Fahles Mondlicht durchdringt die Nebelschleier der Zwischenwelt. Zu jeder Zeit herrscht hier Zwielicht und die Nebel verschwinden niemals. Die Menschen, wir nennen sie Träumer, nehmen wir nur als dunkle, formlose Schemen wahr, bis sie schlafen. Dann erst verdichtet sich ihre Gestalt und wir können in ihren Geist eindringen, uns an den Träumen und der Angst laben. Während sie schlafen, ist Angst das stärkste Gefühl, wozu sie fähig sind. Es füllt sie aus und beherrscht ihr gesamtes Wesen. In dem Moment, in dem die Angst übermächtig wird, rauben wir sie, laben uns an ihr und für eine kurze Zeit bleibt nur eine leere Hülle zurück. Träumer sind erstaunlich, denn ihre Angst verschwindet niemals gänzlich. Sie ist immer da, weggesperrt in ihrem Innersten.

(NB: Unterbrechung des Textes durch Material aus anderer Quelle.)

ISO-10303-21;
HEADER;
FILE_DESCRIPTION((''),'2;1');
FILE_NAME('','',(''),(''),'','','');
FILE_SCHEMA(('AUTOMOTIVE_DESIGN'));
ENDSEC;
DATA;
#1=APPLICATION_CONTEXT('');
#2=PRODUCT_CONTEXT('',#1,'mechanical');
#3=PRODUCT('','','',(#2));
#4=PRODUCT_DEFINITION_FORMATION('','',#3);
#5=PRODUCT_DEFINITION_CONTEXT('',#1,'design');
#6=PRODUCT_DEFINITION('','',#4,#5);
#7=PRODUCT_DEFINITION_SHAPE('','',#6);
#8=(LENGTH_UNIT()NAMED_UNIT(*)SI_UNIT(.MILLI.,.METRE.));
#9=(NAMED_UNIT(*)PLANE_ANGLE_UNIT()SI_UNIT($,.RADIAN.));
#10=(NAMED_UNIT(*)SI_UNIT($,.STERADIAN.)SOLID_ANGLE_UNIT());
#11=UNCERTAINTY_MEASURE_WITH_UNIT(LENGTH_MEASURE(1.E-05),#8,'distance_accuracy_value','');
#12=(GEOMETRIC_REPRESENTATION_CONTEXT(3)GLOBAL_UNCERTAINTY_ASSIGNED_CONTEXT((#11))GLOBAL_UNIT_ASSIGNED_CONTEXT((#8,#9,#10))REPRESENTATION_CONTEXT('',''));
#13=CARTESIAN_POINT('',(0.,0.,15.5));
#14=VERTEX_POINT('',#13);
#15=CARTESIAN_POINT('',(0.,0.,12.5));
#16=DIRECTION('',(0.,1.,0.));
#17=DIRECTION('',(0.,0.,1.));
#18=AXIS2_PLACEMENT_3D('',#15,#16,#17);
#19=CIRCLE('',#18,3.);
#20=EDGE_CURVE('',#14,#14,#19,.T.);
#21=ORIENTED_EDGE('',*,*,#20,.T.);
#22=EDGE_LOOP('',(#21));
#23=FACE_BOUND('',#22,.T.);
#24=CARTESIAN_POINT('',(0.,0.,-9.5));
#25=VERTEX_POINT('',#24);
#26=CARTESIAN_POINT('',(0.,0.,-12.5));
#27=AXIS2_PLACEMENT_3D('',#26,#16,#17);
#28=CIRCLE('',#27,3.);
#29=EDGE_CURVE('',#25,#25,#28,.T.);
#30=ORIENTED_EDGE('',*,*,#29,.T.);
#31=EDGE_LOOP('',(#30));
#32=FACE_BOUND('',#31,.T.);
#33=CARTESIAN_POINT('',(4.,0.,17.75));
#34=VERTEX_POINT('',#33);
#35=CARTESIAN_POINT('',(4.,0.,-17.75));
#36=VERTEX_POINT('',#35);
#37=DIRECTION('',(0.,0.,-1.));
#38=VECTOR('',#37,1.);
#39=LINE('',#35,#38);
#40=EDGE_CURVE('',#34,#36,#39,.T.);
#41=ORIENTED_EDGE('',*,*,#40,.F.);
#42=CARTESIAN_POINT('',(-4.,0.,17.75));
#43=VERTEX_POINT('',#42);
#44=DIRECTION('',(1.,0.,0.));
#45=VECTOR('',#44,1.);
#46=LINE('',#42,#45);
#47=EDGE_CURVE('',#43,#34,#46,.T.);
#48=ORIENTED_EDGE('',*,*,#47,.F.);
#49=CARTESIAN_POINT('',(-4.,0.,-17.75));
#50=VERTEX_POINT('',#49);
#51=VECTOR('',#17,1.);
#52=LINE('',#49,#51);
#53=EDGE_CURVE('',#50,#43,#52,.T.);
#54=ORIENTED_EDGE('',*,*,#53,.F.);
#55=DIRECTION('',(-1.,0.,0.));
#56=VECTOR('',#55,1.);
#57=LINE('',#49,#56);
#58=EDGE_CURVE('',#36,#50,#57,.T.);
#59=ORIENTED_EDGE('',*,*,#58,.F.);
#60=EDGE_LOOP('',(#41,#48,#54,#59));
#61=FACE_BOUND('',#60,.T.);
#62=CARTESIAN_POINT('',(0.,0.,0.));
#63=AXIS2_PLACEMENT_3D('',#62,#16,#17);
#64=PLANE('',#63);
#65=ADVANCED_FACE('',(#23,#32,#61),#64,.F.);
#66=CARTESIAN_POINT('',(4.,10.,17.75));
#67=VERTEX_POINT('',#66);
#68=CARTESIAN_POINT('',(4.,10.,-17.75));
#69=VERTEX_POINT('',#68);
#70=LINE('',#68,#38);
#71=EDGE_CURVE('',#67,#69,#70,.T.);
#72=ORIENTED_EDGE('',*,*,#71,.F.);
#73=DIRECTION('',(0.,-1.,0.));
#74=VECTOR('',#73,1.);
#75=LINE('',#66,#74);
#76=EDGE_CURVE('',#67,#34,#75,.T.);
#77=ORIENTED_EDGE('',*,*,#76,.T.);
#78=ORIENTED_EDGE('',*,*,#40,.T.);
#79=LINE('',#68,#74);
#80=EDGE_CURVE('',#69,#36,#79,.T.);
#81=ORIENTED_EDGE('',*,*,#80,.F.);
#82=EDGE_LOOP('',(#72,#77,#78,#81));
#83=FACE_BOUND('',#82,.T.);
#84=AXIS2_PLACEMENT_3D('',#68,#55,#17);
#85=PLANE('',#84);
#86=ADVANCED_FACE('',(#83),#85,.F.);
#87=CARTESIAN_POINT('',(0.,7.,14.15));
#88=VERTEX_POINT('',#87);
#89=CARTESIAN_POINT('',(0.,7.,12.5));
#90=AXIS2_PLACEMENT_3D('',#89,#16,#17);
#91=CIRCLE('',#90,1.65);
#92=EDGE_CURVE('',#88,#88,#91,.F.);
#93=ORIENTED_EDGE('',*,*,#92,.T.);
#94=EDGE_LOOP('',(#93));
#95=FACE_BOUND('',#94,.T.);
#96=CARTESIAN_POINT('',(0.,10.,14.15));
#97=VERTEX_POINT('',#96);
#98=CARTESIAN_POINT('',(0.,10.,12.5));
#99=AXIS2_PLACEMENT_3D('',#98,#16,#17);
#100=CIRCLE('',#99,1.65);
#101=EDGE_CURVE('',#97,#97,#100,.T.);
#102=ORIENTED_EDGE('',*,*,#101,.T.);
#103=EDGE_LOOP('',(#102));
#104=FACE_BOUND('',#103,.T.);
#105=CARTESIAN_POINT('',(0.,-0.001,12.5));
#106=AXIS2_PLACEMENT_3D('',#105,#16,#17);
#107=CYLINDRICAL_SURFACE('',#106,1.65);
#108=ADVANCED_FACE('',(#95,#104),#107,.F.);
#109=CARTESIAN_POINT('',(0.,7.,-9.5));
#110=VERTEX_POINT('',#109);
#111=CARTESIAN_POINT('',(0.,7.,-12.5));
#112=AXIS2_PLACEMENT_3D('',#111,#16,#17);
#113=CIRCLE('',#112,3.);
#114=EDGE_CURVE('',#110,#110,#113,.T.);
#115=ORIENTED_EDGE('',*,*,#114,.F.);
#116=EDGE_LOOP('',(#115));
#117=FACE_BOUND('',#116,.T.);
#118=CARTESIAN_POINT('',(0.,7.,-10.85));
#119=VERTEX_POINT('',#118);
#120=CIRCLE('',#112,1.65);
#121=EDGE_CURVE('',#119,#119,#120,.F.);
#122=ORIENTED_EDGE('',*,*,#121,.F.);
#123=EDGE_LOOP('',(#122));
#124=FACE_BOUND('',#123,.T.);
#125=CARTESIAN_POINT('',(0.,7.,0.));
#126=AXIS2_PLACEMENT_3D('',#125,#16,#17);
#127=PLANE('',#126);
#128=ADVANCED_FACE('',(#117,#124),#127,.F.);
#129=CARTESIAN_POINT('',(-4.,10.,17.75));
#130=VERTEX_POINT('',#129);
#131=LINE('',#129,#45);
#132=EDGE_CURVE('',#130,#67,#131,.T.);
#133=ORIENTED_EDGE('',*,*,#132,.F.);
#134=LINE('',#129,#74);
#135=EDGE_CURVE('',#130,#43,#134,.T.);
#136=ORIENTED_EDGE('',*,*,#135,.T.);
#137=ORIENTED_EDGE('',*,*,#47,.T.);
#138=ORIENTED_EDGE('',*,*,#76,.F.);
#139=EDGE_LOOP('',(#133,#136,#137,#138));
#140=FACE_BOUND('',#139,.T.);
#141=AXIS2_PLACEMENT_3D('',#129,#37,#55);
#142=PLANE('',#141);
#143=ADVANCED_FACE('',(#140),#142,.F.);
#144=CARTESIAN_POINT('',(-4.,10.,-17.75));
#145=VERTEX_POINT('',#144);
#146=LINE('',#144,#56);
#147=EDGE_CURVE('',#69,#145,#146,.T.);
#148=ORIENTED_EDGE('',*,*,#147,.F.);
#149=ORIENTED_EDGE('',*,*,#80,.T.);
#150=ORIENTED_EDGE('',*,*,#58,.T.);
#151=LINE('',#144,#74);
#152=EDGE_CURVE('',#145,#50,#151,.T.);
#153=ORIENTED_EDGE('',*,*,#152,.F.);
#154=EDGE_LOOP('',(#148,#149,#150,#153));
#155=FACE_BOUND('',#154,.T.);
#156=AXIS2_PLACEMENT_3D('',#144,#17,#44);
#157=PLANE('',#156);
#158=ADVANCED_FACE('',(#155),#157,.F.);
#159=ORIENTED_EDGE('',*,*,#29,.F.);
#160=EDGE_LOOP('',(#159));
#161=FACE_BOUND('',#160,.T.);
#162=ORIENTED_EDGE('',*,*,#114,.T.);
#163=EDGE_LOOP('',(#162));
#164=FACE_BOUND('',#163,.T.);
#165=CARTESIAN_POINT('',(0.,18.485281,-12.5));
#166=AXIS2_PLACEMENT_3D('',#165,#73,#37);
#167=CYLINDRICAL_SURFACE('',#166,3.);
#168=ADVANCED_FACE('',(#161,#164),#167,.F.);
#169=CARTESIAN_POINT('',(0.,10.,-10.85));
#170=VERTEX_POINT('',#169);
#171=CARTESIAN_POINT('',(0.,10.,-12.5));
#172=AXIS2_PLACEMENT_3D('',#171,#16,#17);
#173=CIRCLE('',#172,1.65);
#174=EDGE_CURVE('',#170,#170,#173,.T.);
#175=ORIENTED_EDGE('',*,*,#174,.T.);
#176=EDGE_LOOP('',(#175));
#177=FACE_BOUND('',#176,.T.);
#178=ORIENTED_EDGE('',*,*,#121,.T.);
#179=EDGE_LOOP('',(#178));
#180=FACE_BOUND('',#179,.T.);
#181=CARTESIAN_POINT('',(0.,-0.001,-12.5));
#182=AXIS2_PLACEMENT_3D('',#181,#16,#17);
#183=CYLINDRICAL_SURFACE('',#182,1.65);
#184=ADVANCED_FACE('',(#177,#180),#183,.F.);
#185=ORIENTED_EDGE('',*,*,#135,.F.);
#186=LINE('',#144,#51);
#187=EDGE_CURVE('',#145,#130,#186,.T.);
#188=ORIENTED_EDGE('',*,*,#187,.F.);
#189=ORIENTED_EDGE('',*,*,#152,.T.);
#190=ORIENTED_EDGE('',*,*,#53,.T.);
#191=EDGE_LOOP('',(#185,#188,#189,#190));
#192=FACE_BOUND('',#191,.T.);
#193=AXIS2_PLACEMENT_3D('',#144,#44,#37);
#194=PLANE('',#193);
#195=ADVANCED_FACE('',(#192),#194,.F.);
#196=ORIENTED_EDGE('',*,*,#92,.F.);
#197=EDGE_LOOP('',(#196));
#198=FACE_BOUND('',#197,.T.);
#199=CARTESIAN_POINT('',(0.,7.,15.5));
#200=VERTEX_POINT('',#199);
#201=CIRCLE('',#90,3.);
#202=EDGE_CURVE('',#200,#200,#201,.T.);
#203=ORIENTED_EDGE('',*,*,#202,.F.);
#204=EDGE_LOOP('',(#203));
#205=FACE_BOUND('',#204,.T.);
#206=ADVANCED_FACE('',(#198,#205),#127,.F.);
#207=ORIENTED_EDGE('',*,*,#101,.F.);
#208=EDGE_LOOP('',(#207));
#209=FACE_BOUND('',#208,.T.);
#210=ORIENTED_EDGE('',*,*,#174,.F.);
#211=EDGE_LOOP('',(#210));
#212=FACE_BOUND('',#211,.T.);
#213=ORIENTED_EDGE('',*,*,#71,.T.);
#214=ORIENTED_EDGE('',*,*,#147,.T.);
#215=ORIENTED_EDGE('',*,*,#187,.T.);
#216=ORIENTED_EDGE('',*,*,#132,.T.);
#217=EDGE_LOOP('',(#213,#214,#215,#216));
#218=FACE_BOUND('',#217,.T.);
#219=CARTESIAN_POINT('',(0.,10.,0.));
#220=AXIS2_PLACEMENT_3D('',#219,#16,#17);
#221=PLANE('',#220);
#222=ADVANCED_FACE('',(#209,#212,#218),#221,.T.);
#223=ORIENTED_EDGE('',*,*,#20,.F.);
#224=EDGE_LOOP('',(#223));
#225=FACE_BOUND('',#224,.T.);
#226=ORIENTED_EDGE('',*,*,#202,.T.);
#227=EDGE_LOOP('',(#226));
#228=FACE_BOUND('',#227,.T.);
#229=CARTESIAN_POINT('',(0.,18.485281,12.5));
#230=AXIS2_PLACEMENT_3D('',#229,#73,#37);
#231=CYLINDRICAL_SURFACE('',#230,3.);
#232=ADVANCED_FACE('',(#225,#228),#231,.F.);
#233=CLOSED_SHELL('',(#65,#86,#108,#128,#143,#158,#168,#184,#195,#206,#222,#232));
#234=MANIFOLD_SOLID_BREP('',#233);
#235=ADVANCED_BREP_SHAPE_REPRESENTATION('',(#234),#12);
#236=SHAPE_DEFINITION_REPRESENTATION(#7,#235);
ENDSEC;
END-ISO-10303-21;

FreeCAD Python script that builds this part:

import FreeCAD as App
import Part
import Sketcher


def add_polygon(sketch, points):
    """Adds a closed chain of lines whose ends are joined by coincident constraints."""
    first, n = sketch.GeometryCount, len(points)
    for a, b in zip(points, points[1:] + points[:1]):
        sketch.addGeometry(Part.LineSegment(App.Vector(*a, 0), App.Vector(*b, 0)), False)
    for i in range(n):
        sketch.addConstraint(Sketcher.Constraint("Coincident", first + i, 2, first + (i + 1) % n, 1))

doc = App.newDocument("Part")
body = doc.addObject("PartDesign::Body", "Body")

sketch1 = doc.addObject("Sketcher::SketchObject", "Sketch")
body.addObject(sketch1)
sketch1.AttachmentSupport = (doc.XZ_Plane, [""])
sketch1.MapMode = "FlatFace"
add_polygon(sketch1, [(-4, -17.75), (-4, 17.75), (4, 17.75), (4, -17.75)])
sketch1.addConstraint(Sketcher.Constraint("Vertical", 0))
sketch1.addConstraint(Sketcher.Constraint("Horizontal", 1))
sketch1.addConstraint(Sketcher.Constraint("Vertical", 2))
sketch1.addConstraint(Sketcher.Constraint("Horizontal", 3))
sketch1.addConstraint(Sketcher.Constraint("Symmetric", 0, 2, 2, 2, -1, 1))
sketch1.addConstraint(Sketcher.Constraint("DistanceX", 1, 1, 1, 2, 8.0))
sketch1.addConstraint(Sketcher.Constraint("DistanceY", 0, 1, 0, 2, 35.5))
pad1 = doc.addObject("PartDesign::Pad", "Pad")
body.addObject(pad1)
pad1.Profile = sketch1
pad1.Length = 10
pad1.Reversed = True

sketch2 = doc.addObject("Sketcher::SketchObject", "Sketch001")
body.addObject(sketch2)
sketch2.AttachmentSupport = (doc.XZ_Plane, [""])
sketch2.MapMode = "FlatFace"
sketch2.AttachmentOffset = App.Placement(App.Vector(0, 0, -10), App.Rotation())
sketch2.addGeometry(Part.Circle(App.Vector(0, -12.5, 0), App.Vector(0, 0, 1), 1.65), False)
sketch2.addConstraint(Sketcher.Constraint("PointOnObject", 0, 3, -2))
sketch2.addConstraint(Sketcher.Constraint("Diameter", 0, 3.3))
sketch2.addConstraint(Sketcher.Constraint("DistanceY", 0, 3, -1, 1, 12.5))
pocket1 = doc.addObject("PartDesign::Pocket", "Pocket")
body.addObject(pocket1)
pocket1.Profile = sketch2
pocket1.Type = "UpToFirst"
pocket1.Reversed = True

sketch3 = doc.addObject("Sketcher::SketchObject", "Sketch002")
body.addObject(sketch3)
sketch3.AttachmentSupport = (doc.XZ_Plane, [""])
sketch3.MapMode = "FlatFace"
sketch3.AttachmentOffset = App.Placement(App.Vector(0, 0, -10), App.Rotation())
sketch3.addGeometry(Part.Circle(App.Vector(0, 12.5, 0), App.Vector(0, 0, 1), 1.65), False)
sketch3.addConstraint(Sketcher.Constraint("PointOnObject", 0, 3, -2))
sketch3.addConstraint(Sketcher.Constraint("Diameter", 0, 3.3))
sketch3.addConstraint(Sketcher.Constraint("DistanceY", -1, 1, 0, 3, 12.5))
pocket2 = doc.addObject("PartDesign::Pocket", "Pocket001")
body.addObject(pocket2)
pocket2.Profile = sketch3
pocket2.Type = "UpToFirst"
pocket2.Reversed = True
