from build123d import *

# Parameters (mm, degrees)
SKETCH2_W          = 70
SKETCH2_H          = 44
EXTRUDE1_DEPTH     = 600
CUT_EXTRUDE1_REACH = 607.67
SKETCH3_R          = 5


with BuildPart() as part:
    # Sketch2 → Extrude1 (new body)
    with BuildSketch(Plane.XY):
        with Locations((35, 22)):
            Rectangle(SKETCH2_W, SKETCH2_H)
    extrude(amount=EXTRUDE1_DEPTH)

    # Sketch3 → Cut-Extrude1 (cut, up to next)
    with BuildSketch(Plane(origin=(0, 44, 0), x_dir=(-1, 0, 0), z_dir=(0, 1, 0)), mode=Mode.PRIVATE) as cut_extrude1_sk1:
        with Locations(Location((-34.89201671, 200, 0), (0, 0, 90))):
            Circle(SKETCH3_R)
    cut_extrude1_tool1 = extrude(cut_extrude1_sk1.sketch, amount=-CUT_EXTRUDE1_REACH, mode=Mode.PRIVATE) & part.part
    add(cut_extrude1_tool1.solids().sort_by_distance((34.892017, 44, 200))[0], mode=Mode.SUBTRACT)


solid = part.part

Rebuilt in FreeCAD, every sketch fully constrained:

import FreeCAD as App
import Part
import Sketcher

doc = App.newDocument("Part")
params = doc.addObject("Spreadsheet::Sheet", "Params")
for row, (alias, value) in enumerate([
    ("sketch1_width", "70 mm"),
    ("sketch1_height", "44 mm"),
    ("pad1_length", "600 mm"),
    ("sketch2_diameter", "10 mm"),
], start=1):
    params.set(f"A{row}", alias)
    params.set(f"B{row}", "=" + value)
    params.setAlias(f"B{row}", alias)

body = doc.addObject("PartDesign::Body", "Body")

# Sketch on XY plane
sketch1 = body.newObject("Sketcher::SketchObject", "Sketch")
sketch1.AttachmentSupport = (doc.getObject("XY_Plane"), [""])
sketch1.MapMode = "FlatFace"
sketch1.addGeometry([
    Part.LineSegment(App.Vector(0, 44, 0), App.Vector(0, 0, 0)),
    Part.LineSegment(App.Vector(0, 0, 0), App.Vector(70, 0, 0)),
    Part.LineSegment(App.Vector(70, 0, 0), App.Vector(70, 44, 0)),
    Part.LineSegment(App.Vector(70, 44, 0), App.Vector(0, 44, 0)),
], False)
sketch1.addConstraint([
    Sketcher.Constraint("Coincident", 0, 2, 1, 1),
    Sketcher.Constraint("Coincident", 1, 2, 2, 1),
    Sketcher.Constraint("Coincident", 2, 2, 3, 1),
    Sketcher.Constraint("Coincident", 3, 2, 0, 1),
    Sketcher.Constraint("Vertical", 0),
    Sketcher.Constraint("Horizontal", 1),
    Sketcher.Constraint("Vertical", 2),
    Sketcher.Constraint("Horizontal", 3),
    Sketcher.Constraint("Coincident", 0, 2, -1, 1),
    Sketcher.Constraint("DistanceX", 1, 1, 1, 2, 70.0),
    Sketcher.Constraint("DistanceY", 0, 2, 0, 1, 44.0),
])
sketch1.setExpression("Constraints[9]", "Params.sketch1_width")
sketch1.setExpression("Constraints[10]", "Params.sketch1_height")
pad1 = body.newObject("PartDesign::Pad", "Pad")
pad1.Profile = sketch1
pad1.setExpression("Length", "Params.pad1_length")

# Sketch on XZ plane
sketch2 = body.newObject("Sketcher::SketchObject", "Sketch001")
sketch2.AttachmentSupport = (doc.getObject("XZ_Plane"), [""])
sketch2.MapMode = "FlatFace"
sketch2.AttachmentOffset = App.Placement(App.Vector(0, 0, -44), App.Rotation())
sketch2.addGeometry(Part.Circle(App.Vector(35, 200, 0), App.Vector(0, 0, 1), 5), False)
sketch2.addConstraint([
    Sketcher.Constraint("Diameter", 0, 10.0),
    Sketcher.Constraint("DistanceY", -1, 1, 0, 3, 200.0),
    Sketcher.Constraint("DistanceX", -1, 1, 0, 3, 34.892017),
])
sketch2.setExpression("Constraints[0]", "Params.sketch2_diameter")
pocket1 = body.newObject("PartDesign::Pocket", "Pocket")
pocket1.Profile = sketch2
pocket1.Type = "UpToFirst"
pocket1.Reversed = True

doc.recompute()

Die Dächer unter mir heben sich matt glänzend von den dunklen Straßenschluchten ab; wie kleine Inseln in einem Meer aus wabernder Schwärze. Ich sitze auf einem metallenen Gestell, welche die Menschen auf ihre Dächer bauen. Höher noch als die Kaminschlote ragen sie in den Himmel und wiegen sich in jedem Windhauch. Unablässig verlassen silberne Rauchschwaden den Schlot neben mir, zerfasern und vermischen sich mit den Nebelschleiern. Obwohl ich schon unendlich viele Träume der Menschen gesehen habe, sind sie mir dennoch ein Rätsel. Ich verstehe sie nicht; nicht ihre Sprache und auch nicht ihr Handeln. Ihre Träume sind für mich nichts weiter als eine kleine Welt aus seltsamen Dingen, durch die die Träumer beinahe blind stolpern. Ich folge ihnen durch diese Welt, doch sie nehmen mich nicht wahr, denn ich bin kein Teil davon. Ich beobachte, lauere und warte auf den Zeitpunkt, da die Angst die kleine Welt überflutet und ich mich an ihr laben kann.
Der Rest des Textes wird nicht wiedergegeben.